Copy every line in the records below that contains the word "ELLIPSE".

Collected data entries:
=======
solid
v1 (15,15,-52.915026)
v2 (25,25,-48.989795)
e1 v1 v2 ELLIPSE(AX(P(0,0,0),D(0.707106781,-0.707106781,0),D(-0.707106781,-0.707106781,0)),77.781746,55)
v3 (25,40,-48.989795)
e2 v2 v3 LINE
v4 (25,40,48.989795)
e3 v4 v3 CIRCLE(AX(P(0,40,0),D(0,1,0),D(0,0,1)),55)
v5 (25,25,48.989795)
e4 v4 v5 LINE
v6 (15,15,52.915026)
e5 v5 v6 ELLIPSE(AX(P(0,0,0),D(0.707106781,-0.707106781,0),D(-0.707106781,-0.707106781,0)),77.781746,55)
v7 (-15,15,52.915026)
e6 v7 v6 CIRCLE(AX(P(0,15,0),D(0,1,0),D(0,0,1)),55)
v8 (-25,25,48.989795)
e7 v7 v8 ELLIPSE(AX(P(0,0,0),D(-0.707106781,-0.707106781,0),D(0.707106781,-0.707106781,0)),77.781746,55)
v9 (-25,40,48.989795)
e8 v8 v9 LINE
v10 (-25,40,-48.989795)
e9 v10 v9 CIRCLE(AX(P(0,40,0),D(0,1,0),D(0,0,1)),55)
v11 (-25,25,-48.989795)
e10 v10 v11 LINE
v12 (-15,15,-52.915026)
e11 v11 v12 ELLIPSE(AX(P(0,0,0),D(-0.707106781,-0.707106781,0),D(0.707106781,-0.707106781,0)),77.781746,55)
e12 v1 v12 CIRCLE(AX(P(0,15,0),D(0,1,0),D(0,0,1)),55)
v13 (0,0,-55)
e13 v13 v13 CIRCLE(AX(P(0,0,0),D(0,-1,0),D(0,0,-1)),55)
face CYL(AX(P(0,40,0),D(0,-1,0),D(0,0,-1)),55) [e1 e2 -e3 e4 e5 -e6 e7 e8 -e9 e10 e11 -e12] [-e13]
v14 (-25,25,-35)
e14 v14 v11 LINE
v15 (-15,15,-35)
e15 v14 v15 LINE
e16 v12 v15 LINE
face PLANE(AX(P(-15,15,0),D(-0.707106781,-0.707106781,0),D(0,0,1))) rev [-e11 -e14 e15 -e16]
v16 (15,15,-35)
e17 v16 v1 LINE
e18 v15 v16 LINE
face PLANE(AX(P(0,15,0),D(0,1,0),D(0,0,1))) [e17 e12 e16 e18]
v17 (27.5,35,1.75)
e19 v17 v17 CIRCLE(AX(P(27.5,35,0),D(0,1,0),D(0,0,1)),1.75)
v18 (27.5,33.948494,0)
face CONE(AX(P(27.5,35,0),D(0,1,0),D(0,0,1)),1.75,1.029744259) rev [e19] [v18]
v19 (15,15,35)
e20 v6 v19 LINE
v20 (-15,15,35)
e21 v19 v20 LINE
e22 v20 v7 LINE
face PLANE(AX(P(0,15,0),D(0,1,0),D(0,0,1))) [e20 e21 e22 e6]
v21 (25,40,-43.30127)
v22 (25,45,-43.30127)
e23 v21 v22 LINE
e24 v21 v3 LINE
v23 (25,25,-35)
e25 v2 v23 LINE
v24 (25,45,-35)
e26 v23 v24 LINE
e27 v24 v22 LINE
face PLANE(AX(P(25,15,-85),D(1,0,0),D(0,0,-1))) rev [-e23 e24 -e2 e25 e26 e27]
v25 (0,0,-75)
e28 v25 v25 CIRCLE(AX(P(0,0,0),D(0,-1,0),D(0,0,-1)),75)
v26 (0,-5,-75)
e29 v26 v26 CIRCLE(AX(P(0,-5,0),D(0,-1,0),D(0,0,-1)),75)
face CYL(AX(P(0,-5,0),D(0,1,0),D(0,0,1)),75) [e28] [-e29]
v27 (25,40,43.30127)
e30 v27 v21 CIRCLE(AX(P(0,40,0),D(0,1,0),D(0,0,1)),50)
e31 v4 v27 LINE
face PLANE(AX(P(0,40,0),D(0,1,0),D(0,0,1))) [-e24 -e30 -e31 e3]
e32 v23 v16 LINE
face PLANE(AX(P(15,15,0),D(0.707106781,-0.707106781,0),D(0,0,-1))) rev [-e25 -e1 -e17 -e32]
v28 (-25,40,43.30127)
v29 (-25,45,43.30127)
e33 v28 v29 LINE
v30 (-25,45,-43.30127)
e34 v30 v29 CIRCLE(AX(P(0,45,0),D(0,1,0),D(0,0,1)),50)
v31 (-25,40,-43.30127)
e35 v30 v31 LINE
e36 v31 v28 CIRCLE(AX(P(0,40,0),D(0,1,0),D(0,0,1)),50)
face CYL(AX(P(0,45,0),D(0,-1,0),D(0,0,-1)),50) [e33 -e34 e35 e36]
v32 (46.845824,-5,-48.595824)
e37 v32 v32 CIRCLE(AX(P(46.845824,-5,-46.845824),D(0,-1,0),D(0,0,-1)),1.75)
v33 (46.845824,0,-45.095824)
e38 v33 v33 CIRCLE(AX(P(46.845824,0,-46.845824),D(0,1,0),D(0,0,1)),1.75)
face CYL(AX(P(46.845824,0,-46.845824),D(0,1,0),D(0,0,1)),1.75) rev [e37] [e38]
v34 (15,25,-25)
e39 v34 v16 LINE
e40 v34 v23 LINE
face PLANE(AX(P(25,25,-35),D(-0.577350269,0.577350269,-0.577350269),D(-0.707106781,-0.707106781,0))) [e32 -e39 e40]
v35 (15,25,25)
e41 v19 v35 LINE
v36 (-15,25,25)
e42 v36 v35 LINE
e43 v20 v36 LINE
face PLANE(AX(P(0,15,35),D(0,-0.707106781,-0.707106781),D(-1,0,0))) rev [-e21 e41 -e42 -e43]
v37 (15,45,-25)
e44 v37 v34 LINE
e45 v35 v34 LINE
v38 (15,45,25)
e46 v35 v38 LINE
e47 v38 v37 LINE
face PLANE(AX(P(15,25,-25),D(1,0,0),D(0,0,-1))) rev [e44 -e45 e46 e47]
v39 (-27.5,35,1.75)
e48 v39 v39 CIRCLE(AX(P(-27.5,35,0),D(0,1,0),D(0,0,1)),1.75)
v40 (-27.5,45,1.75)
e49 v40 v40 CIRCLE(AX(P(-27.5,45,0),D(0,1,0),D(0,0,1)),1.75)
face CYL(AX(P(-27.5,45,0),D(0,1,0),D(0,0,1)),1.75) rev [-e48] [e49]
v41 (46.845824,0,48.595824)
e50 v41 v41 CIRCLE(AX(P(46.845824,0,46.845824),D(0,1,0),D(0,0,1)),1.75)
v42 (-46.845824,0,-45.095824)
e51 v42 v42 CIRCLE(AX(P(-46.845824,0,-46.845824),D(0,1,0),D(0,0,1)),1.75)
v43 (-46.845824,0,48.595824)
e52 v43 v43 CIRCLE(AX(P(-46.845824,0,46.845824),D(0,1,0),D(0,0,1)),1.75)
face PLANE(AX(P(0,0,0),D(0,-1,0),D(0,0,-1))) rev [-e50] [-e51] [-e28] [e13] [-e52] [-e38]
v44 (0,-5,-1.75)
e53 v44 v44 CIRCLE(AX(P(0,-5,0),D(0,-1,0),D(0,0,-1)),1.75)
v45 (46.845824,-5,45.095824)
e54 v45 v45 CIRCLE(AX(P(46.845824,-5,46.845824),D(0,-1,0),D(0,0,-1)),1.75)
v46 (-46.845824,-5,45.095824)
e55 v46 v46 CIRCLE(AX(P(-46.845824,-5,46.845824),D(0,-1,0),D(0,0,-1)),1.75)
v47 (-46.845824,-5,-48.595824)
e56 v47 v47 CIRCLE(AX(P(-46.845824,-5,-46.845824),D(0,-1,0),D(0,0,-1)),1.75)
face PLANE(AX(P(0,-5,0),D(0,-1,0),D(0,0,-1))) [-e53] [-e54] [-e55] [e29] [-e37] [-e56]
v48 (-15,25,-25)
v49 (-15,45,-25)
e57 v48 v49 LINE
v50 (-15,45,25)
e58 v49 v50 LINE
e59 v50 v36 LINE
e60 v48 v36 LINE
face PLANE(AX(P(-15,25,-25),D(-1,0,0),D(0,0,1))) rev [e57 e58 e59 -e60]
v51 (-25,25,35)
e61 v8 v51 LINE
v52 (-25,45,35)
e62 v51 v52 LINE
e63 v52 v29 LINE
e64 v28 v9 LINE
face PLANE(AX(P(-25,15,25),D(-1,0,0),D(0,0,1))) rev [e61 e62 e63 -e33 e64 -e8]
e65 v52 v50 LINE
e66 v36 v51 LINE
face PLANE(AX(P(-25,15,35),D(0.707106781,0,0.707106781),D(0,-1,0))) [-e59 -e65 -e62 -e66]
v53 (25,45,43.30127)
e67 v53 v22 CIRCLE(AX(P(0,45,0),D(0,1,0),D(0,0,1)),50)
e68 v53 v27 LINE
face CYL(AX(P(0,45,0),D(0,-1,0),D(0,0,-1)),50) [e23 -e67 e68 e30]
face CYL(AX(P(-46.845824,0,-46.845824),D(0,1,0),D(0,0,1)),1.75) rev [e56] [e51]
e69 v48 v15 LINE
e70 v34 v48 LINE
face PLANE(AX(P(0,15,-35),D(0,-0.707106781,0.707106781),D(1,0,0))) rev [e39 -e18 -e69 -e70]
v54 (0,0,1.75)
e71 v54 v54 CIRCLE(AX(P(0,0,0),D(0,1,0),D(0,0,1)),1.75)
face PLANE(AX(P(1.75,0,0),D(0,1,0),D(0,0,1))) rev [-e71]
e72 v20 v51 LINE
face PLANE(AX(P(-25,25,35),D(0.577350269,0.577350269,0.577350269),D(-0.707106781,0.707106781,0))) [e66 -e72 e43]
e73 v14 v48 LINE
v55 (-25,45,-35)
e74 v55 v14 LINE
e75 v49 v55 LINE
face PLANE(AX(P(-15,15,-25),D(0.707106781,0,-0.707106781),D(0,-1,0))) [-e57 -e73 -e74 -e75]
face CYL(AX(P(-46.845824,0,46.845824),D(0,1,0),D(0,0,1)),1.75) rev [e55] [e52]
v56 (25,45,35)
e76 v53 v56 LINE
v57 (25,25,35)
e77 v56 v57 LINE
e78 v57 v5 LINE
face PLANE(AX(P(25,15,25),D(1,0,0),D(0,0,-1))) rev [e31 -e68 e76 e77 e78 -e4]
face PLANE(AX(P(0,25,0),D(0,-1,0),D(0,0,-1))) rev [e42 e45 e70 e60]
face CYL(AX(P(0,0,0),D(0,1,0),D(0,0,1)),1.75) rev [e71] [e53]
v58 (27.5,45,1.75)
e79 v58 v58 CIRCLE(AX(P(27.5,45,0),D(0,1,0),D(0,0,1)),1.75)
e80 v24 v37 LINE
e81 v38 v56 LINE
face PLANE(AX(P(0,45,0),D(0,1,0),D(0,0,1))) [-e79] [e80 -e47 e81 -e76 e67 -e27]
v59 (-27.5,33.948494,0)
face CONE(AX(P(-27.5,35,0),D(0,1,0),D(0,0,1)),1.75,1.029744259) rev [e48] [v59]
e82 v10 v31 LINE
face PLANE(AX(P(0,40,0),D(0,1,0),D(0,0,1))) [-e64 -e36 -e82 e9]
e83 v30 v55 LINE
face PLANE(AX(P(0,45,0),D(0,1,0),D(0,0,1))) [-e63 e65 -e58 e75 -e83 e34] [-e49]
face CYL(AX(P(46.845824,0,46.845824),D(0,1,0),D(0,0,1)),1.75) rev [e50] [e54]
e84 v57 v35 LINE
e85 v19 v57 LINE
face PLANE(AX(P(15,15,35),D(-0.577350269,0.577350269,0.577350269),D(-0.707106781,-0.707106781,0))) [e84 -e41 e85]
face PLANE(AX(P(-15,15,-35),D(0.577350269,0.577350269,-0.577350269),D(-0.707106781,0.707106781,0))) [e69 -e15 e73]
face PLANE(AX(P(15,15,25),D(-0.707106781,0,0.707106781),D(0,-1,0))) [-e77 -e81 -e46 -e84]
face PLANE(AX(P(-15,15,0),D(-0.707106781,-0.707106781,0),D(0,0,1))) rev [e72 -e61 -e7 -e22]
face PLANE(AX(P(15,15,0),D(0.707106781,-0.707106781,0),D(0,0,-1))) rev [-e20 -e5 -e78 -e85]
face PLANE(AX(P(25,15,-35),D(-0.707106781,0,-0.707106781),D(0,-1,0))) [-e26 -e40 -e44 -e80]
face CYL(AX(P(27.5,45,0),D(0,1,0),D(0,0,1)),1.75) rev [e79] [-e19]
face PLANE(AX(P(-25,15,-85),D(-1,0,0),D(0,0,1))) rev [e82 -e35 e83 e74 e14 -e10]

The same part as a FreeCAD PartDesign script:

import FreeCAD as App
import Part
import Sketcher
from FreeCAD import Vector
Q = App.Units.Quantity


def edges_at(feature, points):
    """Names of the edges that pass closest to the given points."""
    edges = feature.Shape.Edges
    near = lambda p: min(range(len(edges)), key=lambda i: edges[i].distToShape(Part.Vertex(*p))[0])
    return sorted({f"Edge{near(p) + 1}" for p in points})


def add_polygon(sketch, points):
    """Adds a closed chain of lines whose ends are joined by coincident constraints."""
    first, n = sketch.GeometryCount, len(points)
    for a, b in zip(points, points[1:] + points[:1]):
        sketch.addGeometry(Part.LineSegment(App.Vector(*a, 0), App.Vector(*b, 0)), False)
    for i in range(n):
        sketch.addConstraint(Sketcher.Constraint("Coincident", first + i, 2, first + (i + 1) % n, 1))

doc = App.newDocument("Part")
body = doc.addObject("PartDesign::Body", "Body")

sketch1 = doc.addObject("Sketcher::SketchObject", "Sketch")
body.addObject(sketch1)
sketch1.AttachmentSupport = (doc.XZ_Plane, [""])
sketch1.MapMode = "FlatFace"
sketch1.addGeometry(Part.Circle(Vector(0, 0, 0), Vector(0, 0, 1), 55), False)
sketch1.addConstraint([
    Sketcher.Constraint("Coincident", 0, 3, -1, 1),
    Sketcher.Constraint("Diameter", 0, 110.0),
])
pad1 = doc.addObject("PartDesign::Pad", "Pad")
body.addObject(pad1)
pad1.Profile = sketch1
pad1.Length = 40
pad1.Reversed = True

sketch2 = doc.addObject("Sketcher::SketchObject", "Sketch001")
body.addObject(sketch2)
sketch2.AttachmentSupport = (doc.XZ_Plane, [""])
sketch2.MapMode = "FlatFace"
sketch2.addGeometry(Part.Circle(Vector(0, 0, 0), Vector(0, 0, 1), 75), False)
sketch2.addConstraint([
    Sketcher.Constraint("Coincident", 0, 3, -1, 1),
    Sketcher.Constraint("Diameter", 0, 150.0),
])
pad2 = doc.addObject("PartDesign::Pad", "Pad001")
body.addObject(pad2)
pad2.Profile = sketch2
pad2.Length = 5

sketch3 = doc.addObject("Sketcher::SketchObject", "Sketch002")
body.addObject(sketch3)
sketch3.AttachmentSupport = (doc.XZ_Plane, [""])
sketch3.MapMode = "FlatFace"
sketch3.AttachmentOffset = App.Placement(Vector(0, 0, -40), App.Rotation())
sketch3.addGeometry(Part.Circle(Vector(0, 0, 0), Vector(0, 0, 1), 50), False)
sketch3.addConstraint([
    Sketcher.Constraint("Coincident", 0, 3, -1, 1),
    Sketcher.Constraint("Diameter", 0, 100.0),
])
pad3 = doc.addObject("PartDesign::Pad", "Pad002")
body.addObject(pad3)
pad3.Profile = sketch3
pad3.Length = 5
pad3.Reversed = True

sketch4 = doc.addObject("Sketcher::SketchObject", "Sketch003")
body.addObject(sketch4)
sketch4.AttachmentSupport = (doc.XZ_Plane, [""])
sketch4.MapMode = "FlatFace"
sketch4.AttachmentOffset = App.Placement(Vector(0, 0, -45), App.Rotation())
sketch4.addGeometry([
    Part.Circle(Vector(-27.5, 0, 0), Vector(0, 0, 1), 1.8),
    Part.Circle(Vector(27.5, 0, 0), Vector(0, 0, 1), 1.8),
], False)
sketch4.addConstraint([
    Sketcher.Constraint("Equal", 0, 1),
    Sketcher.Constraint("Symmetric", 0, 3, 1, 3, -1, 1),
    Sketcher.Constraint("PointOnObject", 0, 3, -1),
    Sketcher.Constraint("Diameter", 0, 3.5),
    Sketcher.Constraint("DistanceX", 0, 3, 1, 3, 55.0),
])
doc.recompute()
hole = doc.addObject("PartDesign::Hole", "Hole")
body.addObject(hole)
hole.Profile = sketch4
hole.ThreadType = "None"
hole.Diameter = 3.5
hole.DepthType = "Dimension"
hole.Depth = 10
hole.DrillPoint = "Angled"
hole.DrillPointAngle = 118
hole.Reversed = True

sketch5 = doc.addObject("Sketcher::SketchObject", "Sketch004")
body.addObject(sketch5)
sketch5.AttachmentSupport = (doc.XZ_Plane, [""])
sketch5.MapMode = "FlatFace"
sketch5.AttachmentOffset = App.Placement(Vector(0, 0, -45), App.Rotation())
add_polygon(sketch5, [(-25, -85), (-25, -25), (25, -25), (25, -85)])
add_polygon(sketch5, [(-25, 25), (-25, 85), (25, 85), (25, 25)])
sketch5.addConstraint([
    Sketcher.Constraint("Vertical", 0),
    Sketcher.Constraint("Horizontal", 1),
    Sketcher.Constraint("Vertical", 2),
    Sketcher.Constraint("Horizontal", 3),
    Sketcher.Constraint("Vertical", 4),
    Sketcher.Constraint("Horizontal", 5),
    Sketcher.Constraint("Vertical", 6),
    Sketcher.Constraint("Horizontal", 7),
    Sketcher.Constraint("Symmetric", 2, 2, 4, 2, -1, 1),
=======
* Finished task
e1 v1 v2 ELLIPSE(AX(P(0,0,0),D(0.707106781,-0.707106781,0),D(-0.707106781,-0.707106781,0)),77.781746,55)
e5 v5 v6 ELLIPSE(AX(P(0,0,0),D(0.707106781,-0.707106781,0),D(-0.707106781,-0.707106781,0)),77.781746,55)
e7 v7 v8 ELLIPSE(AX(P(0,0,0),D(-0.707106781,-0.707106781,0),D(0.707106781,-0.707106781,0)),77.781746,55)
e11 v11 v12 ELLIPSE(AX(P(0,0,0),D(-0.707106781,-0.707106781,0),D(0.707106781,-0.707106781,0)),77.781746,55)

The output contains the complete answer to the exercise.